# Whats the best all around hunting boot??



## LongBow01 (Aug 9, 2011)

I am going to buy a new pair of hunting boots this year. So my question is if you could only buy one pair of hunting boots to use from the start of bow season all the way through the end of gun season what would you get?

I really like the looks of the dream seasons but after reading the reviews I dont think I will be buying those.....


----------



## turtlebug (Aug 9, 2011)

Danner Pronghorn


----------



## LongBow01 (Aug 10, 2011)

Wow only one reply thanks Turtle bug I'll checkem out.


----------



## 35 Whelen (Aug 10, 2011)

That is a tough call, only one pair of boots for the entire season!  I usually wear three different pairs of boots during the season because when the season begins it can be 90 degrees and in January 20 degrees.  But if I could only have one pair of boots it would be these:

http://www.schnees.com/product/2712/boots-shoes

I would get the 10" height and wear extra socks when it was cold.


----------



## JimDraper (Aug 11, 2011)

I like my Bogs they are light and breathable for early season but throw on a good pair of wool socks and they keep my feet warm when the temps drop.
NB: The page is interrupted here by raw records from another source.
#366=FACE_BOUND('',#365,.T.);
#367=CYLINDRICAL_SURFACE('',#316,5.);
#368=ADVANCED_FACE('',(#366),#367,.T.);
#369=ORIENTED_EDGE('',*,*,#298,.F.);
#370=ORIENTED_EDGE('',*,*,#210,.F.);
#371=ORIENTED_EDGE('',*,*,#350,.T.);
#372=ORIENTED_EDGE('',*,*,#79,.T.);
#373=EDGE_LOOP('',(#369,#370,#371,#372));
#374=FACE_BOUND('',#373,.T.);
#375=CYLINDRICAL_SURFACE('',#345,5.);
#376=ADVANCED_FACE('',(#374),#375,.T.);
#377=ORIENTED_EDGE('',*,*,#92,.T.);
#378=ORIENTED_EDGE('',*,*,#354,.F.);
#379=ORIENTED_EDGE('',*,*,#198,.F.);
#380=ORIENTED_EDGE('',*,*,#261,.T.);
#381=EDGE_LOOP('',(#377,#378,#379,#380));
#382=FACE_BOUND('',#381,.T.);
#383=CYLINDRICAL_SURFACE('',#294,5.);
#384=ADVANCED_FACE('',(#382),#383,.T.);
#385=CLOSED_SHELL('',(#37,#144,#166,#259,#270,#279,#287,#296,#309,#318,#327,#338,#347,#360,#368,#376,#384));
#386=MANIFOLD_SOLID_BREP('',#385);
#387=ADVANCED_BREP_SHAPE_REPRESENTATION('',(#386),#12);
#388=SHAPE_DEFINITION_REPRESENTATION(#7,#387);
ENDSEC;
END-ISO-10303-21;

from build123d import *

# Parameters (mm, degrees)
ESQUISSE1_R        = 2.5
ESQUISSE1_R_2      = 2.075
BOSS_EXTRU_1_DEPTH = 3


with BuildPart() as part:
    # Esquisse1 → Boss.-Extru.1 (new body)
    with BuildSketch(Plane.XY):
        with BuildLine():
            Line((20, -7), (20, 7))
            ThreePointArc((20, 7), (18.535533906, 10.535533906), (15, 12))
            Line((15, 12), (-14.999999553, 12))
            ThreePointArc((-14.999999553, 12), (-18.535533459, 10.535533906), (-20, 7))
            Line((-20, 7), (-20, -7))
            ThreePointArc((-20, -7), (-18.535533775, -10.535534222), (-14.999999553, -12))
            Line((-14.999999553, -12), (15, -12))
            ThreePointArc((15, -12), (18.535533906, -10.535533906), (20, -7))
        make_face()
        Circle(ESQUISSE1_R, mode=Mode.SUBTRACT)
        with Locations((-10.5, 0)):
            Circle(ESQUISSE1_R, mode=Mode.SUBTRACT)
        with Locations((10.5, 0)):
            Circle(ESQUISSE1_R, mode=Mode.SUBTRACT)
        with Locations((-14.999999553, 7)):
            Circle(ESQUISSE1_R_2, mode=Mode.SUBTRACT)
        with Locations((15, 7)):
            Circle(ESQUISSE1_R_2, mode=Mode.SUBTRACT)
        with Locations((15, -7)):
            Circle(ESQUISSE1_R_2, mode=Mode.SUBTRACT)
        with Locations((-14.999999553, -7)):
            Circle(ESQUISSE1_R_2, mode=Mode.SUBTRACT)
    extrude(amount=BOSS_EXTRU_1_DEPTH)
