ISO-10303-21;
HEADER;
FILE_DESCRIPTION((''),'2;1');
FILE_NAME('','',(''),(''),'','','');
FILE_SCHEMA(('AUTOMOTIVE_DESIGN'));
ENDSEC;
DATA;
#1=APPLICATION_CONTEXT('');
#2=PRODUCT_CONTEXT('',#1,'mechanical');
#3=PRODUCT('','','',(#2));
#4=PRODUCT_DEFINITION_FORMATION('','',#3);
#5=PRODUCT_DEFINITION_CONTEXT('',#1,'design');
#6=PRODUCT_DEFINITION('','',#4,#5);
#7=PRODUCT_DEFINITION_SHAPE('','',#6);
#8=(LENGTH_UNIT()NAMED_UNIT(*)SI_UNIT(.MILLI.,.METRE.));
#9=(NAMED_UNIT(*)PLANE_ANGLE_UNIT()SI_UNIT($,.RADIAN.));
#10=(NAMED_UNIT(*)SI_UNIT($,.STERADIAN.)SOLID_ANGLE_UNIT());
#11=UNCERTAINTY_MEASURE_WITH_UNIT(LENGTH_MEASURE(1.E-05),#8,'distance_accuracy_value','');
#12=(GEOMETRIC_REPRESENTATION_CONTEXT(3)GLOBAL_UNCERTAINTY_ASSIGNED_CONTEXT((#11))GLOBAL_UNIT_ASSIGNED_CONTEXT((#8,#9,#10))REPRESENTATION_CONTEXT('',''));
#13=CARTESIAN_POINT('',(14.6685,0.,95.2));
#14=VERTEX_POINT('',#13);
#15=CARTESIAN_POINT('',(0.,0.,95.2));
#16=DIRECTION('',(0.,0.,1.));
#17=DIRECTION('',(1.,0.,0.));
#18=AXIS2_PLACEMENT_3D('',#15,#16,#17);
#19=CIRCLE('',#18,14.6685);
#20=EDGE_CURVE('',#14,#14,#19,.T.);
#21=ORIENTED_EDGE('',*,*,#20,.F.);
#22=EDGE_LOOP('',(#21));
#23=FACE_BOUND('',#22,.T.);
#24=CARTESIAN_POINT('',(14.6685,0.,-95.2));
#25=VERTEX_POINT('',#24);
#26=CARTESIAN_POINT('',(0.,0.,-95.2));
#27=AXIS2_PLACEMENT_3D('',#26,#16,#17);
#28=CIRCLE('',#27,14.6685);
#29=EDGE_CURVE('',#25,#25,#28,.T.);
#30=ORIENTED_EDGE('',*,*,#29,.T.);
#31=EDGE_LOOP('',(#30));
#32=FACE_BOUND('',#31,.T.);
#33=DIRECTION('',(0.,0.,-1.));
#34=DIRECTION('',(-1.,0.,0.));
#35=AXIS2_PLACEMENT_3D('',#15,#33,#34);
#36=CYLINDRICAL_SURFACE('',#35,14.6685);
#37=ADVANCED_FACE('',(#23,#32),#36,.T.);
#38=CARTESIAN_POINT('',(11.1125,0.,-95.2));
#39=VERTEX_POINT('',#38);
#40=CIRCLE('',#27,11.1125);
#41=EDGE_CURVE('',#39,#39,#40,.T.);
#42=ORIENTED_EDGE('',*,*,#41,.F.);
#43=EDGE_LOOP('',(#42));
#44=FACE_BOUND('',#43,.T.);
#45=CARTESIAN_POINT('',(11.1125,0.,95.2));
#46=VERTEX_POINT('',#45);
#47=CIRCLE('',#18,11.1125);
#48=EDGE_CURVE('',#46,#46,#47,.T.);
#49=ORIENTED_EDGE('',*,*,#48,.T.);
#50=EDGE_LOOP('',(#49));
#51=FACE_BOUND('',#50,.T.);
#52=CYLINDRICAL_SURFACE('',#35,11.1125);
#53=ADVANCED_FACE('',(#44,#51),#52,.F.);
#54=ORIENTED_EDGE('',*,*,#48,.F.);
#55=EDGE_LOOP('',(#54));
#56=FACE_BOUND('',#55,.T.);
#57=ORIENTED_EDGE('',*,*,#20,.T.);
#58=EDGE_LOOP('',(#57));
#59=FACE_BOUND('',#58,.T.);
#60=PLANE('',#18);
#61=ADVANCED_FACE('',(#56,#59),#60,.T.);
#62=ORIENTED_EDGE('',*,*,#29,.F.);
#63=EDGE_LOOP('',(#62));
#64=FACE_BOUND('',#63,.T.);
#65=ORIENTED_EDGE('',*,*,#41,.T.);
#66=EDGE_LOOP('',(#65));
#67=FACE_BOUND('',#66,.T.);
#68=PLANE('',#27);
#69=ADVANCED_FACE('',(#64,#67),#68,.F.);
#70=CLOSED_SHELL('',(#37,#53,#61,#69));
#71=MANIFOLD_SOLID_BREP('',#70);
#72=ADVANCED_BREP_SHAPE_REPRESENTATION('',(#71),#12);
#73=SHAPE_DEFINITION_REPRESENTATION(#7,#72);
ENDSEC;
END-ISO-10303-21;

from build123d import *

# Parameters (mm, degrees)
SKETCH1_R           = 14.6685
SKETCH1_R_2         = 11.1125
BOSS_EXTRUDE1_DEPTH = 95.2


with BuildPart() as part:
    # Sketch1 → Boss-Extrude1 (new, symmetric)
    with BuildSketch(Plane.XY):
        Circle(SKETCH1_R)
        Circle(SKETCH1_R_2, mode=Mode.SUBTRACT)
    extrude(amount=BOSS_EXTRUDE1_DEPTH, both=True)


solid = part.part
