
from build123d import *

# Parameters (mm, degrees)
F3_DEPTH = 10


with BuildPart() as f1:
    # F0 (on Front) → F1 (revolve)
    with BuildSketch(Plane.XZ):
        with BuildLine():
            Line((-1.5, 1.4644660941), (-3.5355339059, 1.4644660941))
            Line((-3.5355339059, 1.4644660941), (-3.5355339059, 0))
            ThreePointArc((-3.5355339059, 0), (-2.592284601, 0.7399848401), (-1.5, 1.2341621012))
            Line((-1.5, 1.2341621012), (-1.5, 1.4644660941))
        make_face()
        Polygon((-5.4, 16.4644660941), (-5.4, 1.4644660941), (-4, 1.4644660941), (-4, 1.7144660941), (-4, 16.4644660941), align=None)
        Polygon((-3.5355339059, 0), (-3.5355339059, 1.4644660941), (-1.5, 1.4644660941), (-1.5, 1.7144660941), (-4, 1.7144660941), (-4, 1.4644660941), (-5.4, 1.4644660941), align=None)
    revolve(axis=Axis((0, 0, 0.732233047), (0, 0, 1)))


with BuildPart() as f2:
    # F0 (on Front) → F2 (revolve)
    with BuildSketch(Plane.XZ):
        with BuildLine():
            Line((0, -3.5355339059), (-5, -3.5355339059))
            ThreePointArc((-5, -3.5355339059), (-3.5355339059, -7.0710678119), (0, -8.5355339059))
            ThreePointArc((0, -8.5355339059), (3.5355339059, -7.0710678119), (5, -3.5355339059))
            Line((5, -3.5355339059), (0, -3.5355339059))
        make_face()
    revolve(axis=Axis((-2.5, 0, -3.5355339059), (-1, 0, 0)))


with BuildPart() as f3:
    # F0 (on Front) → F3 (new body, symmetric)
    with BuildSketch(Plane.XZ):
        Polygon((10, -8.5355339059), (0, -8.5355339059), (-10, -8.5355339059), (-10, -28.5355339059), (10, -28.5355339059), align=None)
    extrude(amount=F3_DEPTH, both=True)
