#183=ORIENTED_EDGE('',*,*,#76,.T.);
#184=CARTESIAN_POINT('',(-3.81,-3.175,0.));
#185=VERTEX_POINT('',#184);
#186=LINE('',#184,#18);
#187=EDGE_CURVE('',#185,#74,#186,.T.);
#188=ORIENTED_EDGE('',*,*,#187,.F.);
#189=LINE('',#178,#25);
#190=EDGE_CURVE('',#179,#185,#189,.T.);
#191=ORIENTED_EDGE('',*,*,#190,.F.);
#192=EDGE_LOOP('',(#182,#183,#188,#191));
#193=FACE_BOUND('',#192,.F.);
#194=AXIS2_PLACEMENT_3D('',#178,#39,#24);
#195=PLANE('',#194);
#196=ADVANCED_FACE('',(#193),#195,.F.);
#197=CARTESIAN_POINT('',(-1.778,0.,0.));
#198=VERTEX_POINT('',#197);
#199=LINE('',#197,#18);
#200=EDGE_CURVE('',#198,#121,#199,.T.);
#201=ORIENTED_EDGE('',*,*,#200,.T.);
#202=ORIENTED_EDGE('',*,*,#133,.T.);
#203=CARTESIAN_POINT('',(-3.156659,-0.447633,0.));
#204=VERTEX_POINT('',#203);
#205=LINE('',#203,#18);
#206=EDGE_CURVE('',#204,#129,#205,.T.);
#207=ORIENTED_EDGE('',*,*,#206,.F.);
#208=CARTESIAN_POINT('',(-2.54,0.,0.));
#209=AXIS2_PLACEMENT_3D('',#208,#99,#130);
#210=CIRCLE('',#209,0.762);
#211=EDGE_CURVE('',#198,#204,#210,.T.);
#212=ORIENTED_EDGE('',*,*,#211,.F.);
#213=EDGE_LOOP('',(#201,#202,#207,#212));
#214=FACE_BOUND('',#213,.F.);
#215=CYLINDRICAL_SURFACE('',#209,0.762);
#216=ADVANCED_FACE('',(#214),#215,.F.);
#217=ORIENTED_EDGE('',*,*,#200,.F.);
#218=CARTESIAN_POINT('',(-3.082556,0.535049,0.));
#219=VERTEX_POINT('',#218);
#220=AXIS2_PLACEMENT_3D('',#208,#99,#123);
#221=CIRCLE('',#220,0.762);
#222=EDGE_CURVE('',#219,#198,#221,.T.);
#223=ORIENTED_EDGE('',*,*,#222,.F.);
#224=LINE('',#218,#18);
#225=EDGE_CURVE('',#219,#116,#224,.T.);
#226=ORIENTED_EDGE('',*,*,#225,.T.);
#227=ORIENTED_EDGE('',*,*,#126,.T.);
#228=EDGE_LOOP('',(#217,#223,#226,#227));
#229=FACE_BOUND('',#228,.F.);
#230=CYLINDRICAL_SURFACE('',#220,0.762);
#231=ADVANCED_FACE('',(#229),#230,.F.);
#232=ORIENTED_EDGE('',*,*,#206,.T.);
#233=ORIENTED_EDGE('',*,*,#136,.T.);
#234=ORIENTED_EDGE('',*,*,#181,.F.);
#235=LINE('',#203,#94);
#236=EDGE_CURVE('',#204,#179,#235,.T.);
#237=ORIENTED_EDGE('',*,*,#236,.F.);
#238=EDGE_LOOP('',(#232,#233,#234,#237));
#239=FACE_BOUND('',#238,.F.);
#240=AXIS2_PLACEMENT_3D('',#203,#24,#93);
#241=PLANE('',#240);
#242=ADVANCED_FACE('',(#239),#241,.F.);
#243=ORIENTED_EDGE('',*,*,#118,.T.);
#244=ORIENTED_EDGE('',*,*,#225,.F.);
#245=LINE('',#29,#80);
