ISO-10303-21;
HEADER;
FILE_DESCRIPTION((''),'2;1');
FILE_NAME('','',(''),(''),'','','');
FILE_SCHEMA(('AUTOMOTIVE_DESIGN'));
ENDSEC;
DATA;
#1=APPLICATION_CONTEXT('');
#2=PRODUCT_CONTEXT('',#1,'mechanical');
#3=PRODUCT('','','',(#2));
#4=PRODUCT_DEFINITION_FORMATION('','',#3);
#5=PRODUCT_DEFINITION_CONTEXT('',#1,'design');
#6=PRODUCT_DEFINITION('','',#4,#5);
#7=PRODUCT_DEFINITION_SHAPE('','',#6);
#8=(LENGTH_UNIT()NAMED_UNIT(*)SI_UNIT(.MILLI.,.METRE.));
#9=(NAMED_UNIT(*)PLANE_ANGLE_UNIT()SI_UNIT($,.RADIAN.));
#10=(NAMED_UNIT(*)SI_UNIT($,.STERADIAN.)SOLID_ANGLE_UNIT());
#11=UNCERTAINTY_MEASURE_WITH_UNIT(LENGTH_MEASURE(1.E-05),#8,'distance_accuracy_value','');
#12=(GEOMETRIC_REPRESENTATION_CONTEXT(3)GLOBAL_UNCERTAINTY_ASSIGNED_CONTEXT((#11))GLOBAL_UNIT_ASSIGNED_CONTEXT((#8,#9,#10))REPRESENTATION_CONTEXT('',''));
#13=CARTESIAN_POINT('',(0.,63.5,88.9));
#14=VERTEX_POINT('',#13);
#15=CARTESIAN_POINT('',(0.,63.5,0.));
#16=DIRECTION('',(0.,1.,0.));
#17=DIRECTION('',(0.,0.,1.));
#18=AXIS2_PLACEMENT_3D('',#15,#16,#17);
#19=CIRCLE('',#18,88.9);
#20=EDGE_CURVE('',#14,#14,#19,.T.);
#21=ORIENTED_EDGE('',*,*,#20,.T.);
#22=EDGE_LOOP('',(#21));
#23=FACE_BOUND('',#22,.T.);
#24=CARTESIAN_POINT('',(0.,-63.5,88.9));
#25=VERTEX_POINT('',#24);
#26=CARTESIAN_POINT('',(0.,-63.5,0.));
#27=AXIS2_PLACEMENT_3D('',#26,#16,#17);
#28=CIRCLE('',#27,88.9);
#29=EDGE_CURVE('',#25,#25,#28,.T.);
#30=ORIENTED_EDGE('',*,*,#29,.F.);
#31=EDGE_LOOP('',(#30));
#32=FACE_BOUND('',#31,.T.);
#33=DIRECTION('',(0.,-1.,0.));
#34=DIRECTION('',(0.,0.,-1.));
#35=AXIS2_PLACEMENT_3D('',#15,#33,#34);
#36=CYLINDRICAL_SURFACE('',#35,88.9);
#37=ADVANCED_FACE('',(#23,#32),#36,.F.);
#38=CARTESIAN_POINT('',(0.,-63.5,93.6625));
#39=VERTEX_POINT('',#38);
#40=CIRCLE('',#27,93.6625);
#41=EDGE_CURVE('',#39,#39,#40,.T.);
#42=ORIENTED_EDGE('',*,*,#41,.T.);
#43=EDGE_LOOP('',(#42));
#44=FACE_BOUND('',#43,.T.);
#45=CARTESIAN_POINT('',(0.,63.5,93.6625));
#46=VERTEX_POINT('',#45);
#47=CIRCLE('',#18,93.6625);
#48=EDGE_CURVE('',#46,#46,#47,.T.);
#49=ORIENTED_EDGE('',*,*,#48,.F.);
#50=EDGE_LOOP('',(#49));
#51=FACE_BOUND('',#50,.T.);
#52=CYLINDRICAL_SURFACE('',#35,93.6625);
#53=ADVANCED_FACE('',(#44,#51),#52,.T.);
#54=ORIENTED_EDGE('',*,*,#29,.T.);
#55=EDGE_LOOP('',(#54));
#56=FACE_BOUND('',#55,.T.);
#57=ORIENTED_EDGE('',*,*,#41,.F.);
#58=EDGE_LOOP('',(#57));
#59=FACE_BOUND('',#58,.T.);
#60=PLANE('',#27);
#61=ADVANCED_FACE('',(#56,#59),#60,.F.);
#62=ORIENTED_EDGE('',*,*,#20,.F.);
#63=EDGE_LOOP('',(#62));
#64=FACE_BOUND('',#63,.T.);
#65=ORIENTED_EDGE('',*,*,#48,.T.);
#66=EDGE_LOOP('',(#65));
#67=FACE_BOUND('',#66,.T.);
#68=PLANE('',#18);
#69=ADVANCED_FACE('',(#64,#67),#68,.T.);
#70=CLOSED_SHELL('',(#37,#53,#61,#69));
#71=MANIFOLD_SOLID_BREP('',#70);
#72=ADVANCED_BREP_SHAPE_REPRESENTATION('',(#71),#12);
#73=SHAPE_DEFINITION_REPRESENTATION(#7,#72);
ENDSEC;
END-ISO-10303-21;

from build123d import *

# Parameters (mm, degrees)
SKETCH1_R           = 93.6625
SKETCH1_R_2         = 88.9
BOSS_EXTRUDE1_DEPTH = 63.5


with BuildPart() as part:
    # Sketch1 → Boss-Extrude1 (new body, symmetric)
    with BuildSketch(Plane(origin=(0, 0, 0), x_dir=(1, 0, 0), z_dir=(0, 1, 0))):
        Circle(SKETCH1_R)
        Circle(SKETCH1_R_2, mode=Mode.SUBTRACT)
    extrude(amount=BOSS_EXTRUDE1_DEPTH, both=True)


solid = part.part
Very comfortable and easy on the feet when doing a lot of walking.


----------



## BROWNING7WSM (Aug 11, 2011)

turtlebug said:


> Danner Pronghorn



.x2


----------



## FX Jenkins (Aug 11, 2011)

I personally don't like a heavy soled/lugged hunting boot that cakes mud and doesn't let me slip around so I believe LLBean did it best back in 1912 when they made the Maine hunting boot...

http://www.llbean.com/llb/shop/33172?feat=33171-ppxs&dds=y


its got the best of both worlds, rubber bottom with adequat tire tread sole, and the support/durability of the leather upper, and even with the goretex liner, I can still feel a limb under foot before I snap it.   And you can tolerate a good temperature range by varying your sock selection....

But if you do a lot of Stand hunting, especially in the later season, then I second the Schnees.  I have the Outfitter version 

http://www.schnees.com/product/2640/schnees-insulated-pac-boots

and its basically a heavier duty LLBean boot with a wool liner that will handle anything in the continental US...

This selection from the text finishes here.